In [1]:
import autograd

import autograd.numpy as np

import autograd.scipy as sp

from bnpmodeling_runjingdev.modeling_lib import my_slogdet3d

import bnpgmm_runjingdev.gmm_clustering_lib as gmm_lib
import bnpgmm_runjingdev.gmm_preconditioner_lib as precond_lib

from copy import deepcopy

import paragami

The defvjp method is deprecated.
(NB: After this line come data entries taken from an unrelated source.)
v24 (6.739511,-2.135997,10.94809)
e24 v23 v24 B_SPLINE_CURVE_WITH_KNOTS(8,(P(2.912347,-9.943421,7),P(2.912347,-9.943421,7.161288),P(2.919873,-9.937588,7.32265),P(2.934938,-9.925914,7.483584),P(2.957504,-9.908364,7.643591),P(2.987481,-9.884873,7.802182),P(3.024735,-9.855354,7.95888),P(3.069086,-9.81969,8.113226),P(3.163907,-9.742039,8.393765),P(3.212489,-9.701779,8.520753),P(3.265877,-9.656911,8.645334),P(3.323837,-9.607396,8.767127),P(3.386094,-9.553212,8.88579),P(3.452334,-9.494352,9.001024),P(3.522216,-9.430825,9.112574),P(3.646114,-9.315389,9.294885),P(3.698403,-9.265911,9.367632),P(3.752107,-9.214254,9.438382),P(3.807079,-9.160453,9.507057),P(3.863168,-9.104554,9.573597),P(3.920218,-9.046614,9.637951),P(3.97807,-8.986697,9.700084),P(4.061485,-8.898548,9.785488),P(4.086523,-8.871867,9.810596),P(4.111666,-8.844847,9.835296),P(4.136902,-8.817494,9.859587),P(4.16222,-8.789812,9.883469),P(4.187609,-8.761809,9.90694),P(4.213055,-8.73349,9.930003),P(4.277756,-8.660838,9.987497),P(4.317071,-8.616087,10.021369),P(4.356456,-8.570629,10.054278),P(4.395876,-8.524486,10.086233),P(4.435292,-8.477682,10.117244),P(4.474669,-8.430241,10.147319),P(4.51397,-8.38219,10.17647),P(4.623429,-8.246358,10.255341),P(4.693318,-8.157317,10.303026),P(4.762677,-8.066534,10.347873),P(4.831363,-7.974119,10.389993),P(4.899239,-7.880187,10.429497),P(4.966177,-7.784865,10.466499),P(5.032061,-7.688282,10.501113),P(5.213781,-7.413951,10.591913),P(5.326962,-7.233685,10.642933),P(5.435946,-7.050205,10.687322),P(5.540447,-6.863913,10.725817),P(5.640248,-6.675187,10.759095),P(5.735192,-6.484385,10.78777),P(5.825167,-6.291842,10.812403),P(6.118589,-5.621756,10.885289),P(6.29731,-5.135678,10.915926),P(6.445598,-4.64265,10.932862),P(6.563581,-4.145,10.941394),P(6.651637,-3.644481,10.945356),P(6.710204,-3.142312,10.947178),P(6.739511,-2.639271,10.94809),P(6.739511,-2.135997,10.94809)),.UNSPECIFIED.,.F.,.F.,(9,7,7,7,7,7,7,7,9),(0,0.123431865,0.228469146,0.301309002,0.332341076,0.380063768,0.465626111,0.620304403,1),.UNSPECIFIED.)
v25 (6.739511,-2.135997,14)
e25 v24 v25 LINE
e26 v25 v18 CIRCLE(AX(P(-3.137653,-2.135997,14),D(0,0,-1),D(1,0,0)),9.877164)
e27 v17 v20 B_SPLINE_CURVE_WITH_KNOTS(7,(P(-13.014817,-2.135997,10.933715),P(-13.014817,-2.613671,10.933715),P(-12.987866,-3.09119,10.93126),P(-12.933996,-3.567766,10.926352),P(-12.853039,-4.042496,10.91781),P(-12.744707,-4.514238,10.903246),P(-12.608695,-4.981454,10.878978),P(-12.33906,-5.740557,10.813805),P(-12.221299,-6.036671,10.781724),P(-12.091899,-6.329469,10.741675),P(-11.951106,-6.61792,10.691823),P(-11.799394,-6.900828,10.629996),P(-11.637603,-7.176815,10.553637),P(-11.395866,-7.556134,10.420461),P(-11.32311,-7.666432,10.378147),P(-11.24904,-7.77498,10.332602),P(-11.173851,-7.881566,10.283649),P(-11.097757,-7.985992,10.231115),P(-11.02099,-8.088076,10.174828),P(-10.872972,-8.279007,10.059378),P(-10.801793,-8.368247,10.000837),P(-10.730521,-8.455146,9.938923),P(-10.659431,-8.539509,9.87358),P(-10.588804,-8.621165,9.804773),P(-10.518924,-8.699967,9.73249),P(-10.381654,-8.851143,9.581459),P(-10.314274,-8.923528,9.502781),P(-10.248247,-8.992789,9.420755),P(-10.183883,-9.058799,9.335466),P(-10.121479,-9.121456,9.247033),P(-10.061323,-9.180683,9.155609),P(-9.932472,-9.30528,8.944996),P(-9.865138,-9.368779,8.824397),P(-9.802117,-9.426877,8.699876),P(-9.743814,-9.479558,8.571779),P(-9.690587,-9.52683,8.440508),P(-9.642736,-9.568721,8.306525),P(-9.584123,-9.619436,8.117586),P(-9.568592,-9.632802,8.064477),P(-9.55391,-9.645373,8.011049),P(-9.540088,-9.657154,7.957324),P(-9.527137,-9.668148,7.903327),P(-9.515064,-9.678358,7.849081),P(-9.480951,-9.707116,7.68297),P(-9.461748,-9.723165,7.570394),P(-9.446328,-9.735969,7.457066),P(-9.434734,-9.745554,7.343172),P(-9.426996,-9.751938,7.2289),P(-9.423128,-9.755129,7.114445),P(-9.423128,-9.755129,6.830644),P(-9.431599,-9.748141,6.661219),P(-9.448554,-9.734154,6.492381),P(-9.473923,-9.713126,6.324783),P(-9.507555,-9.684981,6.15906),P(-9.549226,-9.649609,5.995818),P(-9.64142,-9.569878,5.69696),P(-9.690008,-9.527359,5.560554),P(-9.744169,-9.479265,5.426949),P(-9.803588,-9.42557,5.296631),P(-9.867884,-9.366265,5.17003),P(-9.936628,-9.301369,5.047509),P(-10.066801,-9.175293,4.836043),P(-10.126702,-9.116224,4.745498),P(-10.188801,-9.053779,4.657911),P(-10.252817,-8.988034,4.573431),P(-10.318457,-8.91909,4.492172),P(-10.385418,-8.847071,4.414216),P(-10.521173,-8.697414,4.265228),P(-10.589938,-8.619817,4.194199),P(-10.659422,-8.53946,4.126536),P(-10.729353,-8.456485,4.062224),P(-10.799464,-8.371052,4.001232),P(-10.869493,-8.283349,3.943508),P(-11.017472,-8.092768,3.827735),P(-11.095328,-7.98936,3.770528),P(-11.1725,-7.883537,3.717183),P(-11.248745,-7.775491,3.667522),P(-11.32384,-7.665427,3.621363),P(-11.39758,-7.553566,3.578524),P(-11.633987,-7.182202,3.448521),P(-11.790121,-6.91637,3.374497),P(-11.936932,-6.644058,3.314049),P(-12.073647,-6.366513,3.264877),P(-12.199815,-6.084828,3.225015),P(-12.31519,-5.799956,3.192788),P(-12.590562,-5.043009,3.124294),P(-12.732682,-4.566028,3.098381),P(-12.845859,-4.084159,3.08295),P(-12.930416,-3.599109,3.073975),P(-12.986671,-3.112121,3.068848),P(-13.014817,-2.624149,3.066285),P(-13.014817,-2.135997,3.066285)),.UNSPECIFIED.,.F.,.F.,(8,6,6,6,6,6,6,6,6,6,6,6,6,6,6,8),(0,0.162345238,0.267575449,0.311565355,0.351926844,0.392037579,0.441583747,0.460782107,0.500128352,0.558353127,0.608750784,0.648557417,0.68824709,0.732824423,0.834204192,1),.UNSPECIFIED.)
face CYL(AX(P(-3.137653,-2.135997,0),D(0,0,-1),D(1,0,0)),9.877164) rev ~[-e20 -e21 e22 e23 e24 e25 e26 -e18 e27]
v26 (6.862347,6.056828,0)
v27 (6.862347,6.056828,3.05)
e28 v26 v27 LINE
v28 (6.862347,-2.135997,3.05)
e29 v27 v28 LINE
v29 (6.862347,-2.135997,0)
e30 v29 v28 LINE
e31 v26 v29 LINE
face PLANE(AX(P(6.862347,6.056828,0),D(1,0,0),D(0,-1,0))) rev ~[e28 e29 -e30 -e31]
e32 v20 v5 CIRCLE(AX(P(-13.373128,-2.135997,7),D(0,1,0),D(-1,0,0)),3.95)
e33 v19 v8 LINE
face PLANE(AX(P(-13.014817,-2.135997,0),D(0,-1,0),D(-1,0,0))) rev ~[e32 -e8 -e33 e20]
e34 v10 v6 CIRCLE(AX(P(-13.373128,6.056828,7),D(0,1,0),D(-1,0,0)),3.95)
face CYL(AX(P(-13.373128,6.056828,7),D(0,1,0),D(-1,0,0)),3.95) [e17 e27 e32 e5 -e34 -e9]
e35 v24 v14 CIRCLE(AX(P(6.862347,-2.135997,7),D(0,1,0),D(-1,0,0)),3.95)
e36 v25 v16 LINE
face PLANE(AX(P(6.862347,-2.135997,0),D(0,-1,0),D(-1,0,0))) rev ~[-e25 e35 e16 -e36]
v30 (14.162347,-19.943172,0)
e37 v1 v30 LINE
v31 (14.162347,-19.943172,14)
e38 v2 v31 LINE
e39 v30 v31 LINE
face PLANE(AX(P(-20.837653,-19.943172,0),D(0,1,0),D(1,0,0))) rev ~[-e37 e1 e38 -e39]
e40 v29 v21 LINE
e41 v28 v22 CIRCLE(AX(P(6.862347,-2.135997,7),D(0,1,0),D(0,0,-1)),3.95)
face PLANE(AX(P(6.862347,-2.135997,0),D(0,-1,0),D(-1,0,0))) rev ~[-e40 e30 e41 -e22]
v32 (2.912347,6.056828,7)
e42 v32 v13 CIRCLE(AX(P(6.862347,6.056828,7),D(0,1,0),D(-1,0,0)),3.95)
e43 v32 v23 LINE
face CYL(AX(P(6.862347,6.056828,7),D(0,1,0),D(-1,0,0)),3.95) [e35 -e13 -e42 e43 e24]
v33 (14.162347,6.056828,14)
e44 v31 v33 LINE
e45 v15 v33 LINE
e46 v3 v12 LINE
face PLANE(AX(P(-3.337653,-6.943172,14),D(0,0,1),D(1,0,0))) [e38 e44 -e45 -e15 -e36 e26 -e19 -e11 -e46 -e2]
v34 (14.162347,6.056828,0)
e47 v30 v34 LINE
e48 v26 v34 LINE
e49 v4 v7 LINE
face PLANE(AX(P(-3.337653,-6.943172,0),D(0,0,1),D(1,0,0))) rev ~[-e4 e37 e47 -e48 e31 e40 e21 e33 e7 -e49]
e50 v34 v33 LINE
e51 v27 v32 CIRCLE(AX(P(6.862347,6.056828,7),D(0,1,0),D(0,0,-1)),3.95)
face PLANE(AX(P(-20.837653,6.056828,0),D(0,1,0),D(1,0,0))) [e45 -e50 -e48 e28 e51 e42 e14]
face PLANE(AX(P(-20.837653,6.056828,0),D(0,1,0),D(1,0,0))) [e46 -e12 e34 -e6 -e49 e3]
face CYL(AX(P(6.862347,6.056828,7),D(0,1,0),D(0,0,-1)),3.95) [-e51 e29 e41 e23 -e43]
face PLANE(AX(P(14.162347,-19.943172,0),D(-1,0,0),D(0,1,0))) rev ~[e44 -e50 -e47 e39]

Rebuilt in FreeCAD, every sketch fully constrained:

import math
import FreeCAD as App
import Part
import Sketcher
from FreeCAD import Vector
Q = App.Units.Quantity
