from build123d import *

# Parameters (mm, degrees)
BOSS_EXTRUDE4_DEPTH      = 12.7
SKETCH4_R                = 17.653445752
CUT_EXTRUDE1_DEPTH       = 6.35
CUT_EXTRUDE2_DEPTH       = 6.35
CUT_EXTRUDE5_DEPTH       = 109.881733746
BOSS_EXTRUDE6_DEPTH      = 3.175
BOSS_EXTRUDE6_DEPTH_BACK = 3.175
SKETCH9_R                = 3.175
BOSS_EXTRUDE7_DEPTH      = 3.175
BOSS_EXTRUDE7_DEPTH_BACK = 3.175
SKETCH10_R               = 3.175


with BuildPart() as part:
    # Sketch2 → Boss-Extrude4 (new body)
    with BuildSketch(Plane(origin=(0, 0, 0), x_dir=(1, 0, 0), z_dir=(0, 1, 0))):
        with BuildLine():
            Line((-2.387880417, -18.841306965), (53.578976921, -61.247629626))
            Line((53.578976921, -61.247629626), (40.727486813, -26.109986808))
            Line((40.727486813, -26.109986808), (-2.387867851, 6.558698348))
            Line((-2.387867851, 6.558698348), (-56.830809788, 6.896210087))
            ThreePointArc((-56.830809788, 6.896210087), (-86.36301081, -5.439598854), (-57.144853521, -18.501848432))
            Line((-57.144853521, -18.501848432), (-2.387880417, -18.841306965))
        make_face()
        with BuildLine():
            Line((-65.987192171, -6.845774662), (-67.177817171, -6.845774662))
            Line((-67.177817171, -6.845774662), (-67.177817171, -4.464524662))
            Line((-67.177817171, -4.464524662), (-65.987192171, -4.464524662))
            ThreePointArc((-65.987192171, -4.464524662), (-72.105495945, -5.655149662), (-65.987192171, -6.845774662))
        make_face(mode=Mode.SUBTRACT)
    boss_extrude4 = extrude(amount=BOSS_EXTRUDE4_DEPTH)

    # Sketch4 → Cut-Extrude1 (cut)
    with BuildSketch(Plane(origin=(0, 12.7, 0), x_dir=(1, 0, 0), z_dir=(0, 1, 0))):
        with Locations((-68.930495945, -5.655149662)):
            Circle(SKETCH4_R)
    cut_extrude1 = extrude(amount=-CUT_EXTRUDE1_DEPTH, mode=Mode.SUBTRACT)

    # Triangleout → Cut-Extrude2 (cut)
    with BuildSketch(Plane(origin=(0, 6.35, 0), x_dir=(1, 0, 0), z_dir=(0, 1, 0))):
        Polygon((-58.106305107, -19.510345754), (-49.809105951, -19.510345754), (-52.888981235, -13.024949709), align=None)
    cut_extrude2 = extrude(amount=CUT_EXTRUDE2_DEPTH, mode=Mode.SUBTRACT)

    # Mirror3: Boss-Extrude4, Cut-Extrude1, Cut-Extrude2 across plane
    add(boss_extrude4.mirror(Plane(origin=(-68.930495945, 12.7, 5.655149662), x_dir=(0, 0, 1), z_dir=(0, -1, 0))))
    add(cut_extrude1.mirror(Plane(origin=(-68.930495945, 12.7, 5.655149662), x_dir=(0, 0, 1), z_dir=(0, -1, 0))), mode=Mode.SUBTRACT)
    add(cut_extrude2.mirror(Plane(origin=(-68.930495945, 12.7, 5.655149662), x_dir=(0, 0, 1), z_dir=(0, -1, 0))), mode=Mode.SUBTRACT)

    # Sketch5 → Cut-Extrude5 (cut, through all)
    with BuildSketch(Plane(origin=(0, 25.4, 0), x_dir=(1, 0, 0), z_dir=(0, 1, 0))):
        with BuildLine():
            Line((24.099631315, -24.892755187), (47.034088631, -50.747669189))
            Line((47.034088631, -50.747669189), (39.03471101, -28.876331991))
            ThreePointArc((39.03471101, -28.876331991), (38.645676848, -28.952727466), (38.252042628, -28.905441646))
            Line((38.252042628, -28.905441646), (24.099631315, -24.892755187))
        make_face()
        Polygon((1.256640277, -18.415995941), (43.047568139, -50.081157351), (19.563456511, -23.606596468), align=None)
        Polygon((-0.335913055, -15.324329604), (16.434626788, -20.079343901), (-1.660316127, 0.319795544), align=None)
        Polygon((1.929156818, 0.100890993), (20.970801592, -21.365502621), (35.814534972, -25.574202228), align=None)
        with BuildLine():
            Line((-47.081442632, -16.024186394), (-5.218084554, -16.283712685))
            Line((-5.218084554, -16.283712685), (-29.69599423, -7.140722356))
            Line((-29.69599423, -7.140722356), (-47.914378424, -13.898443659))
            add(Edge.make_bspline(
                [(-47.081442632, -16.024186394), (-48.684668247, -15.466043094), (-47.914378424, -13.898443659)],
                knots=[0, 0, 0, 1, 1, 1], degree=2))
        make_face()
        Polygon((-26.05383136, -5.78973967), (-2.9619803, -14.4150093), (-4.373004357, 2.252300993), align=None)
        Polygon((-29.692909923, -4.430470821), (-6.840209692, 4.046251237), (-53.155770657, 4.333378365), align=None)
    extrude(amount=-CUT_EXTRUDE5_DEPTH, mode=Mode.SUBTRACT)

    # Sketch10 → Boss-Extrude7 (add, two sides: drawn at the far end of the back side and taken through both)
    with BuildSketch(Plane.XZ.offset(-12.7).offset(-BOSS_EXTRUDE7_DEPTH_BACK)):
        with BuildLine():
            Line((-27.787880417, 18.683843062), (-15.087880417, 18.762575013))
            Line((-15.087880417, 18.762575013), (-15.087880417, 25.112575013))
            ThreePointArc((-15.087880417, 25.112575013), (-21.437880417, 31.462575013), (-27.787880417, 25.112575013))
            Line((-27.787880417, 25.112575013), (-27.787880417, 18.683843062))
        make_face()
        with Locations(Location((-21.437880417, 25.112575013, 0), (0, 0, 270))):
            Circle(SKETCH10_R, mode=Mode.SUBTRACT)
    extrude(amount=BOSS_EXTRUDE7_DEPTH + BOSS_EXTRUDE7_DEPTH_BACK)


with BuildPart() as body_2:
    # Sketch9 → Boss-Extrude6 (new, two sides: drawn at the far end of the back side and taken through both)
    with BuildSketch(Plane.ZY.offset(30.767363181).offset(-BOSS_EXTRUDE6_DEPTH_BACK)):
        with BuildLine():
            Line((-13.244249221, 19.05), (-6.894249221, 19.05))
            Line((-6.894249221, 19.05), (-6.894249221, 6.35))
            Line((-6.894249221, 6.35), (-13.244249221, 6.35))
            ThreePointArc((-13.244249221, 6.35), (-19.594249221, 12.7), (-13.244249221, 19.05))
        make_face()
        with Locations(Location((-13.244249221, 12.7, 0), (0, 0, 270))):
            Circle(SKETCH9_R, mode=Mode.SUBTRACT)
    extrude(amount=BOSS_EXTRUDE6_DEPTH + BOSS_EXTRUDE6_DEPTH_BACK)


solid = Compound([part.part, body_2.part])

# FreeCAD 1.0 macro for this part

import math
import FreeCAD as App
import Part
import Sketcher
from FreeCAD import Vector
Q = App.Units.Quantity

doc = App.newDocument("Part")
body = doc.addObject("PartDesign::Body", "Body")

sketch1 = doc.addObject("Sketcher::SketchObject", "Sketch")
body.addObject(sketch1)
sketch1.AttachmentSupport = (doc.XZ_Plane, [""])
sketch1.MapMode = "FlatFace"
sketch1.addGeometry(Part.LineSegment(Vector(-2.38788, 18.841307, 0), Vector(53.578977, 61.24763, 0)), False)
sketch1.addGeometry(Part.LineSegment(Vector(53.578977, 61.24763, 0), Vector(40.727487, 26.109987, 0)), False)
sketch1.addGeometry(Part.LineSegment(Vector(40.727487, 26.109987, 0), Vector(-2.387868, -6.558698, 0)), False)
sketch1.addGeometry(Part.LineSegment(Vector(-2.387868, -6.558698, 0), Vector(-56.83081, -6.89621, 0)), False)
sketch1.addGeometry(Part.ArcOfCircle(Part.Circle(Vector(-68.930496, 5.65515, 0), Vector(0, 0, 1), 17.433847), math.radians(47.466533), math.radians(313.950304)), False)
sketch1.addGeometry(Part.LineSegment(Vector(-57.144854, 18.501848, 0), Vector(-2.38788, 18.841307, 0)), False)
sketch1.addGeometry(Part.LineSegment(Vector(-67.177817, 6.845775, 0), Vector(-65.987192, 6.845775, 0)), False)
sketch1.addGeometry(Part.ArcOfCircle(Part.Circle(Vector(-68.930496, 5.65515, 0), Vector(0, 0, 1), 3.175), math.radians(22.024313), math.radians(337.975687)), False)
sketch1.addGeometry(Part.LineSegment(Vector(-65.987192, 4.464525, 0), Vector(-67.177817, 4.464525, 0)), False)
sketch1.addGeometry(Part.LineSegment(Vector(-67.177817, 4.464525, 0), Vector(-67.177817, 6.845775, 0)), False)
sketch1.addConstraint(Sketcher.Constraint("Coincident", 0, 2, 1, 1))
sketch1.addConstraint(Sketcher.Constraint("Coincident", 1, 2, 2, 1))
sketch1.addConstraint(Sketcher.Constraint("Coincident", 2, 2, 3, 1))
sketch1.addConstraint(Sketcher.Constraint("Coincident", 3, 2, 4, 2))
sketch1.addConstraint(Sketcher.Constraint("Coincident", 4, 1, 5, 1))
sketch1.addConstraint(Sketcher.Constraint("Coincident", 5, 2, 0, 1))
sketch1.addConstraint(Sketcher.Constraint("Coincident", 6, 2, 7, 1))
sketch1.addConstraint(Sketcher.Constraint("Coincident", 7, 2, 8, 1))
sketch1.addConstraint(Sketcher.Constraint("Coincident", 8, 2, 9, 1))
sketch1.addConstraint(Sketcher.Constraint("Coincident", 9, 2, 6, 1))
sketch1.addConstraint(Sketcher.Constraint("Horizontal", 6))
sketch1.addConstraint(Sketcher.Constraint("Horizontal", 8))
sketch1.addConstraint(Sketcher.Constraint("Vertical", 9))
sketch1.addConstraint(Sketcher.Constraint("Coincident", 7, 3, 4, 3))
sketch1.addConstraint(Sketcher.Constraint("Parallel", 0, 2))
sketch1.addConstraint(Sketcher.Constraint("Parallel", 3, 5))
sketch1.addConstraint(Sketcher.Constraint("Vertical", 6, 2, 7, 2))
sketch1.addConstraint(Sketcher.Constraint("Radius", 7, Q("0.125 in")))
sketch1.addConstraint(Sketcher.Constraint("DistanceX", 6, 1, 6, 2, Q("0.046875 in")))
sketch1.addConstraint(Sketcher.Constraint("DistanceY", 9, 1, 9, 2, Q("0.09375 in")))
sketch1.addConstraint(Sketcher.Constraint("Radius", 4, 17.433847))
sketch1.addConstraint(Sketcher.Constraint("Distance", 1, 37.414098))
sketch1.addConstraint(Sketcher.Constraint("DistanceY", 2, 2, -1, 1, 6.558698))
sketch1.addConstraint(Sketcher.Constraint("DistanceY", 4, 3, 4, 1, 12.846699))
sketch1.addConstraint(Sketcher.Constraint("Distance", 3, 54.443988))
sketch1.addConstraint(Sketcher.Constraint("DistanceY", -1, 1, 4, 3, 5.65515))
sketch1.addConstraint(Sketcher.Constraint("DistanceY", -1, 1, 0, 2, 61.24763))
sketch1.addConstraint(Sketcher.Constraint("DistanceX", 3, 2, -1, 1, 56.83081))
sketch1.addConstraint(Sketcher.Constraint("DistanceY", 3, 2, -1, 1, 6.89621))
sketch1.addConstraint(Sketcher.Constraint("DistanceX", 5, 2, -1, 1, 2.38788))
sketch1.addConstraint(Sketcher.Constraint("DistanceX", 1, 2, 0, 2, 12.85149))
pad1 = doc.addObject("PartDesign::Pad", "Pad")
body.addObject(pad1)
pad1.Profile = sketch1
pad1.Length = Q("0.5 in")
pad1.Reversed = True

sketch2 = doc.addObject("Sketcher::SketchObject", "Sketch001")
body.addObject(sketch2)
sketch2.AttachmentSupport = (doc.XZ_Plane, [""])
sketch2.MapMode = "FlatFace"
sketch2.AttachmentOffset = App.Placement(Vector(0, 0, -0.5 * 25.4), App.Rotation())
sketch2.addGeometry(Part.Circle(Vector(-68.930496, 5.65515, 0), Vector(0, 0, 1), 17.653446), False)
sketch2.addConstraint(Sketcher.Constraint("Diameter", 0, 35.306892))
sketch2.addConstraint(Sketcher.Constraint("DistanceY", -1, 1, 0, 3, 5.65515))
sketch2.addConstraint(Sketcher.Constraint("DistanceX", 0, 3, -1, 1, 68.930496))
pocket1 = doc.addObject("PartDesign::Pocket", "Pocket")
body.addObject(pocket1)
pocket1.Profile = sketch2
pocket1.Length = Q("0.25 in")
pocket1.Reversed = True

sketch3 = doc.addObject("Sketcher::SketchObject", "Sketch002")
body.addObject(sketch3)
sketch3.AttachmentSupport = (doc.XZ_Plane, [""])
sketch3.MapMode = "FlatFace"
sketch3.AttachmentOffset = App.Placement(Vector(0, 0, -0.25 * 25.4), App.Rotation())
sketch3.addGeometry(Part.LineSegment(Vector(-58.106305, 19.510346, 0), Vector(-49.809106, 19.510346, 0)), False)
sketch3.addGeometry(Part.LineSegment(Vector(-49.809106, 19.510346, 0), Vector(-52.888981, 13.02495, 0)), False)
sketch3.addGeometry(Part.LineSegment(Vector(-52.888981, 13.02495, 0), Vector(-58.106305, 19.510346, 0)), False)
sketch3.addConstraint(Sketcher.Constraint("Coincident", 0, 2, 1, 1))
sketch3.addConstraint(Sketcher.Constraint("Coincident", 1, 2, 2, 1))
sketch3.addConstraint(Sketcher.Constraint("Coincident", 2, 2, 0, 1))
sketch3.addConstraint(Sketcher.Constraint("Horizontal", 0))
sketch3.addConstraint(Sketcher.Constraint("DistanceX", 0, 1, 0, 2, 8.297199))
sketch3.addConstraint(Sketcher.Constraint("Distance", 2, 8.323511))
sketch3.addConstraint(Sketcher.Constraint("DistanceX", 1, 2, -1, 1, 52.888981))
sketch3.addConstraint(Sketcher.Constraint("DistanceY", -1, 1, 1, 2, 13.02495))
sketch3.addConstraint(Sketcher.Constraint("Distance", 1, 7.179554))
pocket2 = doc.addObject("PartDesign::Pocket", "Pocket001")
body.addObject(pocket2)
pocket2.Profile = sketch3
pocket2.Length = Q("0.25 in")
doc.recompute()

datumplane = doc.addObject("PartDesign::Plane", "DatumPlane")
body.addObject(datumplane)
datumplane.AttachmentSupport = (doc.XZ_Plane, [""])
datumplane.MapMode = "FlatFace"
datumplane.AttachmentOffset = App.Placement(Vector(0, 0, -0.5 * 25.4), App.Rotation())
mirrored = doc.addObject("PartDesign::Mirrored", "Mirrored")
body.addObject(mirrored)
mirrored.Originals = [pad1, pocket1, pocket2]
mirrored.MirrorPlane = (datumplane, [""])
body.Tip = mirrored

sketch4 = doc.addObject("Sketcher::SketchObject", "Sketch003")
body.addObject(sketch4)
sketch4.AttachmentSupport = (doc.XZ_Plane, [""])
sketch4.MapMode = "FlatFace"
sketch4.AttachmentOffset = App.Placement(Vector(0, 0, -1 * 25.4), App.Rotation())
sketch4.addGeometry(Part.LineSegment(Vector(24.099631, 24.892755, 0), Vector(47.034089, 50.747669, 0)), False)
sketch4.addGeometry(Part.LineSegment(Vector(47.034089, 50.747669, 0), Vector(39.034711, 28.876332, 0)), False)
sketch4.addGeometry(Part.ArcOfCircle(Part.Circle(Vector(38.598475, 27.683605, 0), Vector(0, 0, 1), 1.27), math.radians(69.910155), math.radians(105.829824)), False)
sketch4.addGeometry(Part.LineSegment(Vector(38.252043, 28.905442, 0), Vector(24.099631, 24.892755, 0)), False)
sketch4.addGeometry(Part.LineSegment(Vector(1.25664, 18.415996, 0), Vector(43.047568, 50.081157, 0)), False)
sketch4.addGeometry(Part.LineSegment(Vector(43.047568, 50.081157, 0), Vector(19.563457, 23.606596, 0)), False)
sketch4.addGeometry(Part.LineSegment(Vector(19.563457, 23.606596, 0), Vector(1.25664, 18.415996, 0)), False)
sketch4.addGeometry(Part.LineSegment(Vector(-0.335913, 15.32433, 0), Vector(16.434627, 20.079344, 0)), False)
sketch4.addGeometry(Part.LineSegment(Vector(16.434627, 20.079344, 0), Vector(-1.660316, -0.319796, 0)), False)
sketch4.addGeometry(Part.LineSegment(Vector(-1.660316, -0.319796, 0), Vector(-0.335913, 15.32433, 0)), False)
sketch4.addGeometry(Part.LineSegment(Vector(1.929157, -0.100891, 0), Vector(20.970802, 21.365503, 0)), False)
sketch4.addGeometry(Part.LineSegment(Vector(20.970802, 21.365503, 0), Vector(35.814535, 25.574202, 0)), False)
sketch4.addGeometry(Part.LineSegment(Vector(35.814535, 25.574202, 0), Vector(1.929157, -0.100891, 0)), False)
sketch4.addGeometry(Part.LineSegment(Vector(-47.081443, 16.024186, 0), Vector(-5.218085, 16.283713, 0)), False)
sketch4.addGeometry(Part.LineSegment(Vector(-5.218085, 16.283713, 0), Vector(-29.695994, 7.140722, 0)), False)
sketch4.addGeometry(Part.LineSegment(Vector(-29.695994, 7.140722, 0), Vector(-47.914378, 13.898444, 0)), False)
sketch4.addGeometry(Part.BSplineCurve([Vector(-47.081443, 16.024186, 0), Vector(-48.684668, 15.466043, 0), Vector(-47.914378, 13.898444, 0)], [3, 3], [0, 1], False, 2, [1, 1, 1], False), False)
See the update guide and tutorial:
https://github.com/HIPS/autograd/blob/master/docs/updateguide.md
https://github.com/HIPS/autograd/blob/master/docs/tutorial.md


In [2]:
dim = 4

# Check log-partition function

In [3]:
mean = np.random.randn(dim)
info = np.random.randn(dim, dim)
info = np.dot(info, info.transpose())

In [4]:
# get paragami objects
mvn_params_paragami, mvn_nat_params_paragami = \
    precond_lib.get_mvn_paragami_objects(dim)

In [5]:
# dictionary of parameters
mvn_params_dict = mvn_params_paragami.random()
mvn_params_dict['mean'] = mean
mvn_params_dict['info'] = info

In [6]:
# vector of free canonical parameters
mvn_free_params = mvn_params_paragami.flatten(mvn_params_dict, free = True)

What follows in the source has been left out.